Task goal →
Verbatim, and with nothing else, reproduce the data below from its first line through the line containing "e7 v6 v4 LINE".
======== Records to process ========
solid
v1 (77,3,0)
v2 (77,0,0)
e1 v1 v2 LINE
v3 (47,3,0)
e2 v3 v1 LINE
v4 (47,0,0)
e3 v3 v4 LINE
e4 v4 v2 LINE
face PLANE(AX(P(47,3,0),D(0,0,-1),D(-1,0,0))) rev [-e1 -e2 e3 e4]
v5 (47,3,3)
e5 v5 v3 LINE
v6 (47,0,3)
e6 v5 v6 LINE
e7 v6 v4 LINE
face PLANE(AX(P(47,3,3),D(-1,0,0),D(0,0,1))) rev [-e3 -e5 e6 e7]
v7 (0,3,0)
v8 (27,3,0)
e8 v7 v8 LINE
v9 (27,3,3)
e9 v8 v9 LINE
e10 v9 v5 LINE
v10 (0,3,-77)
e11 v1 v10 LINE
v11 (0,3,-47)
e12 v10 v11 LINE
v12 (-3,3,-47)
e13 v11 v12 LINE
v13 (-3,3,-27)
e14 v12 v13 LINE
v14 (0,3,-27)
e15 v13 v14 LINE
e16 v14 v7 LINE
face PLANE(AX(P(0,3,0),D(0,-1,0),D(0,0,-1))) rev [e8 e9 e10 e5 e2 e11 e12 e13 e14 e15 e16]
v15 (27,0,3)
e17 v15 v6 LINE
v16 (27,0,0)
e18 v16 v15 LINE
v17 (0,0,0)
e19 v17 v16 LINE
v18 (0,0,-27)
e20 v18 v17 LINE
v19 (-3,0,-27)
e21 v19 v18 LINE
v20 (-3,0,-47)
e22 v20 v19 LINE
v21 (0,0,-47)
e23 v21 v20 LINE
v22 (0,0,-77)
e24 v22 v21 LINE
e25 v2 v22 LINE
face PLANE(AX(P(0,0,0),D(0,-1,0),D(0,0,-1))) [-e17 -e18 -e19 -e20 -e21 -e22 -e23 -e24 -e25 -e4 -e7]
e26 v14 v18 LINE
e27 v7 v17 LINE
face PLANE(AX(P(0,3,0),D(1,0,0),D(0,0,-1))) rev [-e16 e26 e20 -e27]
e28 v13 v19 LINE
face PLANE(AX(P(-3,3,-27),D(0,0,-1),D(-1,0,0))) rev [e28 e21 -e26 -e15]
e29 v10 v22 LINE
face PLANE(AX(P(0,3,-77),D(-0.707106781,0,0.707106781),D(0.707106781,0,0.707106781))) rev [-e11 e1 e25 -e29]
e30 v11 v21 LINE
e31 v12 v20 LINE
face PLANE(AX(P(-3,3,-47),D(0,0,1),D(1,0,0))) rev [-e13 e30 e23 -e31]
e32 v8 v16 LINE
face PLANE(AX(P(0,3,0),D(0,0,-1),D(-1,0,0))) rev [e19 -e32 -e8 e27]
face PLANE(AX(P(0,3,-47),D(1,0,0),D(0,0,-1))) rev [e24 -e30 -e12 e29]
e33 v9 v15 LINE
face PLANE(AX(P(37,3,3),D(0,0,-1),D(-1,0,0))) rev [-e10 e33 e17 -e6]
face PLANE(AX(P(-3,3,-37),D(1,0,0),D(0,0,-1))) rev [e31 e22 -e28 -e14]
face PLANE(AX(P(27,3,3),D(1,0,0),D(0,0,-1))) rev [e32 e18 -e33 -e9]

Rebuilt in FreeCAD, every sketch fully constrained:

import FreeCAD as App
import Part
import Sketcher

V = App.Vector


def add_polygon(sketch, points):
    """Adds a closed chain of lines whose ends are joined by coincident constraints."""
    first, n = sketch.GeometryCount, len(points)
    for a, b in zip(points, points[1:] + points[:1]):
        sketch.addGeometry(Part.LineSegment(App.Vector(*a, 0), App.Vector(*b, 0)), False)
    for i in range(n):
        sketch.addConstraint(Sketcher.Constraint("Coincident", first + i, 2, first + (i + 1) % n, 1))

doc = App.newDocument("Part")
body = doc.addObject("PartDesign::Body", "Body")

# Sketch on XZ plane
sketch1 = body.newObject("Sketcher::SketchObject", "Sketch")
sketch1.AttachmentSupport = (doc.getObject("XZ_Plane"), [""])
sketch1.MapMode = "FlatFace"
add_polygon(sketch1, [(0, 0), (27, 0), (27, 3), (47, 3), (47, 0), (77, 0), (0, -77), (0, -47), (-3, -47), (-3, -27), (0, -27)])  # lines 0-10
sketch1.addConstraint([
    Sketcher.Constraint("Horizontal", 0),
    Sketcher.Constraint("Vertical", 1),
    Sketcher.Constraint("Horizontal", 2),
    Sketcher.Constraint("Vertical", 3),
    Sketcher.Constraint("Horizontal", 4),
    Sketcher.Constraint("Vertical", 6),
    Sketcher.Constraint("Horizontal", 7),
    Sketcher.Constraint("Vertical", 8),
    Sketcher.Constraint("Horizontal", 9),
    Sketcher.Constraint("Vertical", 10),
    Sketcher.Constraint("Coincident", 10, 2, -1, 1),
    Sketcher.Constraint("PointOnObject", 3, 2, -1),
    Sketcher.Constraint("PointOnObject", 5, 2, -2),
    Sketcher.Constraint("Equal", 9, 1),
    Sketcher.Constraint("Equal", 4, 6),
    Sketcher.Constraint("Equal", 2, 8),
    Sketcher.Constraint("Equal", 0, 10),
    Sketcher.Constraint("DistanceX", 0, 1, 0, 2, 27.0),
    Sketcher.Constraint("DistanceX", 2, 1, 2, 2, 20.0),
    Sketcher.Constraint("DistanceX", 4, 1, 4, 2, 30.0),
    Sketcher.Constraint("DistanceX", 7, 2, 7, 1, 3.0),
])
pad1 = body.newObject("PartDesign::Pad", "Pad")
pad1.Profile = sketch1
pad1.Length = 3
pad1.Reversed = True

doc.recompute()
========
Expected output →
solid
v1 (77,3,0)
v2 (77,0,0)
e1 v1 v2 LINE
v3 (47,3,0)
e2 v3 v1 LINE
v4 (47,0,0)
e3 v3 v4 LINE
e4 v4 v2 LINE
face PLANE(AX(P(47,3,0),D(0,0,-1),D(-1,0,0))) rev [-e1 -e2 e3 e4]
v5 (47,3,3)
e5 v5 v3 LINE
v6 (47,0,3)
e6 v5 v6 LINE
e7 v6 v4 LINE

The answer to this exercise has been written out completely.